Problem to solve :: Return the following from the records below: each line, word for word, starting with the line that contains "through (2, 0, 0)" and going on through the line that contains "line L11 (0.5, 0.866) -> (0.5, 1.75)", with nothing outside that range.

Data listing ::

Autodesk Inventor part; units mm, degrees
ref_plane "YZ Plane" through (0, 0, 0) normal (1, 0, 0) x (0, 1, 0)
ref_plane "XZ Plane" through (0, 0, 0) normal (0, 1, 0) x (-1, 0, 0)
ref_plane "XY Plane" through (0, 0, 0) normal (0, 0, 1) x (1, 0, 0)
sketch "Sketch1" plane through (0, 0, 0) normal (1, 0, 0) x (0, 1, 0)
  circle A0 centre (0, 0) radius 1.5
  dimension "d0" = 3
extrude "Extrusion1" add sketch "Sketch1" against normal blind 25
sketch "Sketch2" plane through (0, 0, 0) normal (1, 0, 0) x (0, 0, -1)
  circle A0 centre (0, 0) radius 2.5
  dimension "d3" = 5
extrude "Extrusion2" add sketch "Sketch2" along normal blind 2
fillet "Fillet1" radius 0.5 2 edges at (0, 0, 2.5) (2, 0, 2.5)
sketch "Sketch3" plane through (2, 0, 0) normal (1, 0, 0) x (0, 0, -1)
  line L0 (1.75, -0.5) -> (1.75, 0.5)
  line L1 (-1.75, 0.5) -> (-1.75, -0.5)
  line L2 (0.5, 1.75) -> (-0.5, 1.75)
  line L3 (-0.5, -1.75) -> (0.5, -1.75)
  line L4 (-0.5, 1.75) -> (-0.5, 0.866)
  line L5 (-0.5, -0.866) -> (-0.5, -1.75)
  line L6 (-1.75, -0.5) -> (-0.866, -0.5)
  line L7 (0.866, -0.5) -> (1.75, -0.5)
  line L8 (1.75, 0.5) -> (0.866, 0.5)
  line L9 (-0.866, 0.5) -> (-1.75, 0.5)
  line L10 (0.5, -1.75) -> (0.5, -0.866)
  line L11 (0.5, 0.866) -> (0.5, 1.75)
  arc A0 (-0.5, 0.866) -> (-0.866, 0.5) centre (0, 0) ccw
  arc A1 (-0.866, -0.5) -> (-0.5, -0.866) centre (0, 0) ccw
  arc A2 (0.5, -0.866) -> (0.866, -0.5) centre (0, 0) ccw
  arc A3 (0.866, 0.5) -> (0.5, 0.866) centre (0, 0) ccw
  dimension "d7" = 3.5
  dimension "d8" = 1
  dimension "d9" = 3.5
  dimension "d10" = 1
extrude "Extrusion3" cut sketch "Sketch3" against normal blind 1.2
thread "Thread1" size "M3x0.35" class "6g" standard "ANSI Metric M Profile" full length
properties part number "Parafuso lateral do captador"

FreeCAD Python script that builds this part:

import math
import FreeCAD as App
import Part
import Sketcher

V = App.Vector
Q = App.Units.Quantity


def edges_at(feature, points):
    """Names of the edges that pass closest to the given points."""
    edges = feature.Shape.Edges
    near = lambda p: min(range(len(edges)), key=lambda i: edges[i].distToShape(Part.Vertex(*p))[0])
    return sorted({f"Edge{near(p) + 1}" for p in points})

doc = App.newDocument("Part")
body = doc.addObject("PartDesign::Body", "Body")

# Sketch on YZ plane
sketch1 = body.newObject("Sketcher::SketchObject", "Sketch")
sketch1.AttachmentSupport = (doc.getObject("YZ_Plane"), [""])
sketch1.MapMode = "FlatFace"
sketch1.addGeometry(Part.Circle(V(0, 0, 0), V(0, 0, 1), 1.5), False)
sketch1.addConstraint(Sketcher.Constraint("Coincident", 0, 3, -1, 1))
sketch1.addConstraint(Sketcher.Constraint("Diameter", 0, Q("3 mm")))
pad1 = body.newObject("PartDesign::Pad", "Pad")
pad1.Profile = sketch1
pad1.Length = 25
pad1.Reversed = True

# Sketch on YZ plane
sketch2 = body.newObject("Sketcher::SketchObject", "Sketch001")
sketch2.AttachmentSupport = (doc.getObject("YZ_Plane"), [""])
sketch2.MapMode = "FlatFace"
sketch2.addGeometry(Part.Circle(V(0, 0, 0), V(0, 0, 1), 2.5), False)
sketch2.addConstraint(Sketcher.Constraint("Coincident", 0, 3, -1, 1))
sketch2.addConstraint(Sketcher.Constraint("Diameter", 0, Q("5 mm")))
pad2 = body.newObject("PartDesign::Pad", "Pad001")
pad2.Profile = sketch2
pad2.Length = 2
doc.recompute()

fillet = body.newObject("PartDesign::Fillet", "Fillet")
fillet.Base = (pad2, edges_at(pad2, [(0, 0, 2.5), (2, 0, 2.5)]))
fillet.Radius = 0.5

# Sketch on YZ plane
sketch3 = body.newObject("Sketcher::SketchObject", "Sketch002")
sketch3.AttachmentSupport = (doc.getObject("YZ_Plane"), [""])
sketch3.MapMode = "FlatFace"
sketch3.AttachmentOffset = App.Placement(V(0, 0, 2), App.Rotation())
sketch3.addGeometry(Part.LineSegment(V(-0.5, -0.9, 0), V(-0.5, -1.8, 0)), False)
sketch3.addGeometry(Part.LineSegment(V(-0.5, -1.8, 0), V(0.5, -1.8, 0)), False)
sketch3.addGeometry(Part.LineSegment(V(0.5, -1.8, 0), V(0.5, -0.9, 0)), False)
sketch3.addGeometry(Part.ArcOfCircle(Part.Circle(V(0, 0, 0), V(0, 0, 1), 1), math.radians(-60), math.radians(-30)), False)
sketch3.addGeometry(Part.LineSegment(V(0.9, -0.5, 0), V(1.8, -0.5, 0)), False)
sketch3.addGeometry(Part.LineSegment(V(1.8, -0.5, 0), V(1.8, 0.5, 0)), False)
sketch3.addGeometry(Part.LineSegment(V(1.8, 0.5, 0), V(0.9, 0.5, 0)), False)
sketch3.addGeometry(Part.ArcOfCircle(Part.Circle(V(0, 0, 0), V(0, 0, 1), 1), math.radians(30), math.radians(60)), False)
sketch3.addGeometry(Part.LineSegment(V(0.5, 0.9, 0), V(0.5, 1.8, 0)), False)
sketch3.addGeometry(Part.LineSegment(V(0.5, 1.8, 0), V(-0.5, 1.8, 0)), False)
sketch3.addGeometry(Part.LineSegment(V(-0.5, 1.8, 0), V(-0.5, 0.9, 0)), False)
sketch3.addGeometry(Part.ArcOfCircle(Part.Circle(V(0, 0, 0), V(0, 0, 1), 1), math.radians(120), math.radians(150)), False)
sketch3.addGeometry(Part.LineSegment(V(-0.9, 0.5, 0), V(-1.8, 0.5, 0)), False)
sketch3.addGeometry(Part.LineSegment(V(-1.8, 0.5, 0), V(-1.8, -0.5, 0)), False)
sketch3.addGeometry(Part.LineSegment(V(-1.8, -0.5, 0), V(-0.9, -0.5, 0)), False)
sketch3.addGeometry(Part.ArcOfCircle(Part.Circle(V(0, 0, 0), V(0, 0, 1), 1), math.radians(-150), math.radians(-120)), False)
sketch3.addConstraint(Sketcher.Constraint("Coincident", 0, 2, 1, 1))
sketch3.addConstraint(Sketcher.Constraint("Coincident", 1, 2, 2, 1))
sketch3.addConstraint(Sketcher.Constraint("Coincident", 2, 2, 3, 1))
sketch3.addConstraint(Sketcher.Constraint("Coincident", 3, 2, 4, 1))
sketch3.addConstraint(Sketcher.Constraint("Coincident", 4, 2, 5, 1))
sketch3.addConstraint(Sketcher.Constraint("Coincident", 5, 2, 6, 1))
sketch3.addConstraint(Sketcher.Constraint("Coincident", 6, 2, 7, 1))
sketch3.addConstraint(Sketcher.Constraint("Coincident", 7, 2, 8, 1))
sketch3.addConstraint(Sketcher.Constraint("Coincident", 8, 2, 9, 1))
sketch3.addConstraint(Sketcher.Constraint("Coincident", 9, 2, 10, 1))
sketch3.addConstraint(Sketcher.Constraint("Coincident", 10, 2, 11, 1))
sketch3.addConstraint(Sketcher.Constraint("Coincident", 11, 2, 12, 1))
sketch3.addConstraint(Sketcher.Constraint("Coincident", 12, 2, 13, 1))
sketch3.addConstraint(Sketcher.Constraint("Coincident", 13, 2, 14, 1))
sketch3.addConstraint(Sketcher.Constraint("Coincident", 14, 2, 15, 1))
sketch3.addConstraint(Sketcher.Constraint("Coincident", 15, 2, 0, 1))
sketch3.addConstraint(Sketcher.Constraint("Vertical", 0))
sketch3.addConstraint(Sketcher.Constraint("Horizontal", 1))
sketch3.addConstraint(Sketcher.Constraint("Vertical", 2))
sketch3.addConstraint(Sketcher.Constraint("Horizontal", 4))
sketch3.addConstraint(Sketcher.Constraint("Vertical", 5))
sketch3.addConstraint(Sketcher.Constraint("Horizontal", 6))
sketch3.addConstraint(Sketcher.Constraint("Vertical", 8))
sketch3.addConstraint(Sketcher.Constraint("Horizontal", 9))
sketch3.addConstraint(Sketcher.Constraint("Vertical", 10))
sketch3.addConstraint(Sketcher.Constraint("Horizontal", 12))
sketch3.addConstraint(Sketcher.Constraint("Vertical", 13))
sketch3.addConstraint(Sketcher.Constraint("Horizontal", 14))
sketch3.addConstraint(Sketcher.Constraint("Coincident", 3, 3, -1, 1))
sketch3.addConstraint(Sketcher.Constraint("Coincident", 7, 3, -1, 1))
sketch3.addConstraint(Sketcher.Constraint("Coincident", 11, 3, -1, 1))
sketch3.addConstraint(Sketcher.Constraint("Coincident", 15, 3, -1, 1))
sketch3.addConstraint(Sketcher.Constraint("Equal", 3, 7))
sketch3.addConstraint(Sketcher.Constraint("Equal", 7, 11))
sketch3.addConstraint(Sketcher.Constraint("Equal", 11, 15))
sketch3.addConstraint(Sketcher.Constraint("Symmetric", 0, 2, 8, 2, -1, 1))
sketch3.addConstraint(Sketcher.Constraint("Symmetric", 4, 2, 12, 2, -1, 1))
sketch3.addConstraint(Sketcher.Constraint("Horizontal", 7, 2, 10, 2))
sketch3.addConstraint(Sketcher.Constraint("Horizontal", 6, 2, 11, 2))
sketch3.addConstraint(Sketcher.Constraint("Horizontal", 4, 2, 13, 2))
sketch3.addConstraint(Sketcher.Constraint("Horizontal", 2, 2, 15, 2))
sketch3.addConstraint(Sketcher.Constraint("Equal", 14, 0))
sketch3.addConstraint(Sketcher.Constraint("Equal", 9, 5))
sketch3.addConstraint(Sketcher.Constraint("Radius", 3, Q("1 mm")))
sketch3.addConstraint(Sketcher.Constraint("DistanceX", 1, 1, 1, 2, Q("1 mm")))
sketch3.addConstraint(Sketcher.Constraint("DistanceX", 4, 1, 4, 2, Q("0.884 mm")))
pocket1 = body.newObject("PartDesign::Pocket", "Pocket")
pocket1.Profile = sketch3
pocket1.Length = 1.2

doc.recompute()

Task output ::
sketch "Sketch3" plane through (2, 0, 0) normal (1, 0, 0) x (0, 0, -1)
  line L0 (1.75, -0.5) -> (1.75, 0.5)
  line L1 (-1.75, 0.5) -> (-1.75, -0.5)
  line L2 (0.5, 1.75) -> (-0.5, 1.75)
  line L3 (-0.5, -1.75) -> (0.5, -1.75)
  line L4 (-0.5, 1.75) -> (-0.5, 0.866)
  line L5 (-0.5, -0.866) -> (-0.5, -1.75)
  line L6 (-1.75, -0.5) -> (-0.866, -0.5)
  line L7 (0.866, -0.5) -> (1.75, -0.5)
  line L8 (1.75, 0.5) -> (0.866, 0.5)
  line L9 (-0.866, 0.5) -> (-1.75, 0.5)
  line L10 (0.5, -1.75) -> (0.5, -0.866)
  line L11 (0.5, 0.866) -> (0.5, 1.75)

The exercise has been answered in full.